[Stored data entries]
<<<<

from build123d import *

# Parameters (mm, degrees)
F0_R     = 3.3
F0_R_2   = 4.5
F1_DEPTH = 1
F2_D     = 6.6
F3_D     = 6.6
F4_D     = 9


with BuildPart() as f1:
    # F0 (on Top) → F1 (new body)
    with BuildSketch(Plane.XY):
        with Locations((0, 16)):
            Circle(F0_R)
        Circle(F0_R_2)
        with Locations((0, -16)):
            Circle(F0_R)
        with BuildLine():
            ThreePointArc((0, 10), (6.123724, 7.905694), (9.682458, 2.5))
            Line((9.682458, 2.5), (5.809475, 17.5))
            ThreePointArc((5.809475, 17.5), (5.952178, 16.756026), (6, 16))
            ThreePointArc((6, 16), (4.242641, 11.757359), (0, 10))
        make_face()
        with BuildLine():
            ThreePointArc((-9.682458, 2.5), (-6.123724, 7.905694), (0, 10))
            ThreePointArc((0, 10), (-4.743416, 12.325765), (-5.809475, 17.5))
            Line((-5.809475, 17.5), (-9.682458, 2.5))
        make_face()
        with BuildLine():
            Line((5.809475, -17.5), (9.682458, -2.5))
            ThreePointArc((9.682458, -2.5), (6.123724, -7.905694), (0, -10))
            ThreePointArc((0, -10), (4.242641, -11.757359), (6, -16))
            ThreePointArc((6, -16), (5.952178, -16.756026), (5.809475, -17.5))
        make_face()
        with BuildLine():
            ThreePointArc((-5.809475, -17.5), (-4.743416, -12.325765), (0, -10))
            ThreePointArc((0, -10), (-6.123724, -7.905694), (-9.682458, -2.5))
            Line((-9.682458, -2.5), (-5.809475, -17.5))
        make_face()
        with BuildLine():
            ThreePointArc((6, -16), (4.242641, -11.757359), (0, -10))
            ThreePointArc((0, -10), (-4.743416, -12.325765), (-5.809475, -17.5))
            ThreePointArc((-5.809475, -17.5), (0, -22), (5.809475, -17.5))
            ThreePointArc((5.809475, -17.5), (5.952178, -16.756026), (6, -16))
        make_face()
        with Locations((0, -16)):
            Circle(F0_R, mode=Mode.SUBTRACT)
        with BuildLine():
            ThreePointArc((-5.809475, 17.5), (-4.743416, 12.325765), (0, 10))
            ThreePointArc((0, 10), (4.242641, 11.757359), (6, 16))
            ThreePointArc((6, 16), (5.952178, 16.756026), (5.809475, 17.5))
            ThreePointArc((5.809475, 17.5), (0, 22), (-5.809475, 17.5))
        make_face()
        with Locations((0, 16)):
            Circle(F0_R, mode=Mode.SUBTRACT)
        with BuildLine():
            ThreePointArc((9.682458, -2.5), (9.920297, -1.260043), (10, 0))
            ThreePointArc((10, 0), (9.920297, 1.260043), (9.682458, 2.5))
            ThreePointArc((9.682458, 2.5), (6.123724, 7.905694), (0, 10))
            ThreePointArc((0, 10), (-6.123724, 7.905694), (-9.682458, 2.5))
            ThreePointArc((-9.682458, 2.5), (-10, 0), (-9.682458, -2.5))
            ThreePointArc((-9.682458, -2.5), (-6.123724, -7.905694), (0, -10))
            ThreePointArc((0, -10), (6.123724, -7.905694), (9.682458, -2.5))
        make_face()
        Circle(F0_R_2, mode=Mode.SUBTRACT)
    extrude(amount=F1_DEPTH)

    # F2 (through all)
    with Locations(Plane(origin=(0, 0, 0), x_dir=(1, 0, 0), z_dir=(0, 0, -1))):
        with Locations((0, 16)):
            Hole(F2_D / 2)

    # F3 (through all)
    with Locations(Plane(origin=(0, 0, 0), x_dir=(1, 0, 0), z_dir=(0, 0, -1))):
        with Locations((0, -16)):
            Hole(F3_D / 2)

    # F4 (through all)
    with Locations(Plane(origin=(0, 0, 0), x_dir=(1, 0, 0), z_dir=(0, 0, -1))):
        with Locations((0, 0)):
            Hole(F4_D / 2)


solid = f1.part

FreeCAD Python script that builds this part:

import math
import FreeCAD as App
import Part
import Sketcher

V = App.Vector
Q = App.Units.Quantity

doc = App.newDocument("Part")
body = doc.addObject("PartDesign::Body", "Body")

# Sketch on XY plane
sketch1 = body.newObject("Sketcher::SketchObject", "Sketch")
sketch1.AttachmentSupport = (doc.getObject("XY_Plane"), [""])
sketch1.MapMode = "FlatFace"
sketch1.addGeometry(Part.ArcOfCircle(Part.Circle(V(0, 16, 0), V(0, 0, 1), 6), math.radians(14.477512), math.radians(165.522488)), False)
sketch1.addGeometry(Part.LineSegment(V(-5.809475, 17.5, 0), V(-9.682458, 2.5, 0)), False)
sketch1.addGeometry(Part.ArcOfCircle(Part.Circle(V(-0.000011, 0, 0), V(0, 0, 1), 9.999989), math.radians(165.522471), math.radians(194.477529)), False)
sketch1.addGeometry(Part.LineSegment(V(-9.682458, -2.5, 0), V(-5.809475, -17.5, 0)), False)
sketch1.addGeometry(Part.ArcOfCircle(Part.Circle(V(0, -16, 0), V(0, 0, 1), 6), math.radians(-165.522488), math.radians(-14.477512)), False)
sketch1.addGeometry(Part.LineSegment(V(5.809475, -17.5, 0), V(9.682458, -2.5, 0)), False)
sketch1.addGeometry(Part.ArcOfCircle(Part.Circle(V(0.000028, -0.000002, 0), V(0, 0, 1), 9.999972), math.radians(-14.477541), math.radians(0.000012)), False)
sketch1.addGeometry(Part.ArcOfCircle(Part.Circle(V(0.000028, 0.000002, 0), V(0, 0, 1), 9.999972), math.radians(-0.000012), math.radians(14.477541)), False)
sketch1.addGeometry(Part.LineSegment(V(9.682458, 2.5, 0), V(5.809475, 17.5, 0)), False)
sketch1.addGeometry(Part.Circle(V(0, -16, 0), V(0, 0, 1), 3.3), False)
sketch1.addGeometry(Part.Circle(V(0, 0, 0), V(0, 0, 1), 4.5), False)
sketch1.addGeometry(Part.Circle(V(0, 16, 0), V(0, 0, 1), 3.3), False)
sketch1.addConstraint(Sketcher.Constraint("Coincident", 0, 2, 1, 1))
sketch1.addConstraint(Sketcher.Constraint("Coincident", 1, 2, 2, 1))
sketch1.addConstraint(Sketcher.Constraint("Coincident", 2, 2, 3, 1))
sketch1.addConstraint(Sketcher.Constraint("Coincident", 3, 2, 4, 1))
sketch1.addConstraint(Sketcher.Constraint("Coincident", 4, 2, 5, 1))
sketch1.addConstraint(Sketcher.Constraint("Coincident", 5, 2, 6, 1))
sketch1.addConstraint(Sketcher.Constraint("Coincident", 6, 2, 7, 1))
sketch1.addConstraint(Sketcher.Constraint("Coincident", 7, 2, 8, 1))
sketch1.addConstraint(Sketcher.Constraint("Coincident", 8, 2, 0, 1))
sketch1.addConstraint(Sketcher.Constraint("Coincident", 10, 3, -1, 1))
sketch1.addConstraint(Sketcher.Constraint("Coincident", 7, 3, 6, 3))
sketch1.addConstraint(Sketcher.Constraint("Coincident", 9, 3, 4, 3))
sketch1.addConstraint(Sketcher.Constraint("Coincident", 11, 3, 0, 3))
sketch1.addConstraint(Sketcher.Constraint("PointOnObject", 0, 3, -2))
sketch1.addConstraint(Sketcher.Constraint("PointOnObject", 2, 3, -1))
sketch1.addConstraint(Sketcher.Constraint("PointOnObject", 4, 3, -2))
sketch1.addConstraint(Sketcher.Constraint("PointOnObject", 6, 2, -1))
sketch1.addConstraint(Sketcher.Constraint("Diameter", 10, Q("9 mm")))
sketch1.addConstraint(Sketcher.Constraint("Radius", 0, Q("6 mm")))
sketch1.addConstraint(Sketcher.Constraint("Radius", 4, Q("6 mm")))
sketch1.addConstraint(Sketcher.Constraint("Diameter", 9, Q("6.6 mm")))
sketch1.addConstraint(Sketcher.Constraint("Diameter", 11, Q("6.6 mm")))
sketch1.addConstraint(Sketcher.Constraint("DistanceY", -1, 1, 0, 3, Q("16 mm")))
sketch1.addConstraint(Sketcher.Constraint("DistanceY", 4, 3, -1, 1, Q("16 mm")))
sketch1.addConstraint(Sketcher.Constraint("DistanceX", -1, 1, 6, 2, Q("10 mm")))
sketch1.addConstraint(Sketcher.Constraint("DistanceY", 1, 2, 0, 2, Q("15 mm")))
sketch1.addConstraint(Sketcher.Constraint("DistanceY", 2, 2, 1, 2, Q("5 mm")))
sketch1.addConstraint(Sketcher.Constraint("DistanceY", 3, 2, 2, 2, Q("15 mm")))
sketch1.addConstraint(Sketcher.Constraint("DistanceY", 4, 2, 5, 2, Q("15 mm")))
sketch1.addConstraint(Sketcher.Constraint("DistanceY", 5, 2, 7, 2, Q("5 mm")))
sketch1.addConstraint(Sketcher.Constraint("DistanceY", 7, 2, 8, 2, Q("15 mm")))
sketch1.addConstraint(Sketcher.Constraint("DistanceY", -1, 1, 0, 2, Q("17.5 mm")))
sketch1.addConstraint(Sketcher.Constraint("DistanceY", 4, 2, -1, 1, Q("17.5 mm")))
sketch1.addConstraint(Sketcher.Constraint("Radius", 2, Q("9.999989 mm")))
sketch1.addConstraint(Sketcher.Constraint("Radius", 6, Q("9.999972 mm")))
sketch1.addConstraint(Sketcher.Constraint("DistanceX", 2, 2, -1, 1, Q("9.682458 mm")))
sketch1.addConstraint(Sketcher.Constraint("DistanceX", -1, 1, 7, 2, Q("9.682458 mm")))
pad1 = body.newObject("PartDesign::Pad", "Pad")
pad1.Profile = sketch1
pad1.Length = 1

# Sketch on XY plane
sketch2 = body.newObject("Sketcher::SketchObject", "Sketch001")
sketch2.AttachmentSupport = (doc.getObject("XY_Plane"), [""])
sketch2.MapMode = "FlatFace"
sketch2.addGeometry(Part.Circle(V(0, -16, 0), V(0, 0, 1), 3.3), False)
sketch2.addConstraint(Sketcher.Constraint("PointOnObject", 0, 3, -2))
sketch2.addConstraint(Sketcher.Constraint("Diameter", 0, Q("6.6 mm")))
sketch2.addConstraint(Sketcher.Constraint("DistanceY", 0, 3, -1, 1, Q("16 mm")))
doc.recompute()
hole = body.newObject("PartDesign::Hole", "Hole")
hole.Profile = sketch2
hole.ThreadType = "None"
hole.Diameter = 6.6
hole.DepthType = "ThroughAll"
hole.Reversed = True

# Sketch on XY plane
sketch3 = body.newObject("Sketcher::SketchObject", "Sketch002")
sketch3.AttachmentSupport = (doc.getObject("XY_Plane"), [""])
sketch3.MapMode = "FlatFace"
sketch3.addGeometry(Part.Circle(V(0, 16, 0), V(0, 0, 1), 3.3), False)
sketch3.addConstraint(Sketcher.Constraint("PointOnObject", 0, 3, -2))
sketch3.addConstraint(Sketcher.Constraint("Diameter", 0, Q("6.6 mm")))
sketch3.addConstraint(Sketcher.Constraint("DistanceY", -1, 1, 0, 3, Q("16 mm")))
doc.recompute()
hole2 = body.newObject("PartDesign::Hole", "Hole001")
hole2.Profile = sketch3
hole2.ThreadType = "None"
hole2.Diameter = 6.6
hole2.DepthType = "ThroughAll"
hole2.Reversed = True

# Sketch on XY plane
sketch4 = body.newObject("Sketcher::SketchObject", "Sketch003")
sketch4.AttachmentSupport = (doc.getObject("XY_Plane"), [""])
sketch4.MapMode = "FlatFace"
sketch4.addGeometry(Part.Circle(V(0, 0, 0), V(0, 0, 1), 4.5), False)
sketch4.addConstraint(Sketcher.Constraint("Coincident", 0, 3, -1, 1))
sketch4.addConstraint(Sketcher.Constraint("Diameter", 0, Q("9 mm")))
doc.recompute()
hole3 = body.newObject("PartDesign::Hole", "Hole002")
hole3.Profile = sketch4
hole3.ThreadType = "None"
hole3.Diameter = 9
hole3.DepthType = "ThroughAll"
hole3.Reversed = True

doc.recompute()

>>>>

The stretch of entries above that starts with the line containing "ThreePointArc((6, 16), (4.242641, 11.757359), (0, 10))" and goes on through the line containing "12.325765), (0, 10))" is to be transcribed exactly, and no other line is to be transcribed.

            ThreePointArc((6, 16), (4.242641, 11.757359), (0, 10))
        make_face()
        with BuildLine():
            ThreePointArc((-9.682458, 2.5), (-6.123724, 7.905694), (0, 10))
            ThreePointArc((0, 10), (-4.743416, 12.325765), (-5.809475, 17.5))
            Line((-5.809475, 17.5), (-9.682458, 2.5))
        make_face()
        with BuildLine():
            Line((5.809475, -17.5), (9.682458, -2.5))
            ThreePointArc((9.682458, -2.5), (6.123724, -7.905694), (0, -10))
            ThreePointArc((0, -10), (4.242641, -11.757359), (6, -16))
            ThreePointArc((6, -16), (5.952178, -16.756026), (5.809475, -17.5))
        make_face()
        with BuildLine():
            ThreePointArc((-5.809475, -17.5), (-4.743416, -12.325765), (0, -10))
            ThreePointArc((0, -10), (-6.123724, -7.905694), (-9.682458, -2.5))
            Line((-9.682458, -2.5), (-5.809475, -17.5))
        make_face()
        with BuildLine():
            ThreePointArc((6, -16), (4.242641, -11.757359), (0, -10))
            ThreePointArc((0, -10), (-4.743416, -12.325765), (-5.809475, -17.5))
            ThreePointArc((-5.809475, -17.5), (0, -22), (5.809475, -17.5))
            ThreePointArc((5.809475, -17.5), (5.952178, -16.756026), (6, -16))
        make_face()
        with Locations((0, -16)):
            Circle(F0_R, mode=Mode.SUBTRACT)
        with BuildLine():
            ThreePointArc((-5.809475, 17.5), (-4.743416, 12.325765), (0, 10))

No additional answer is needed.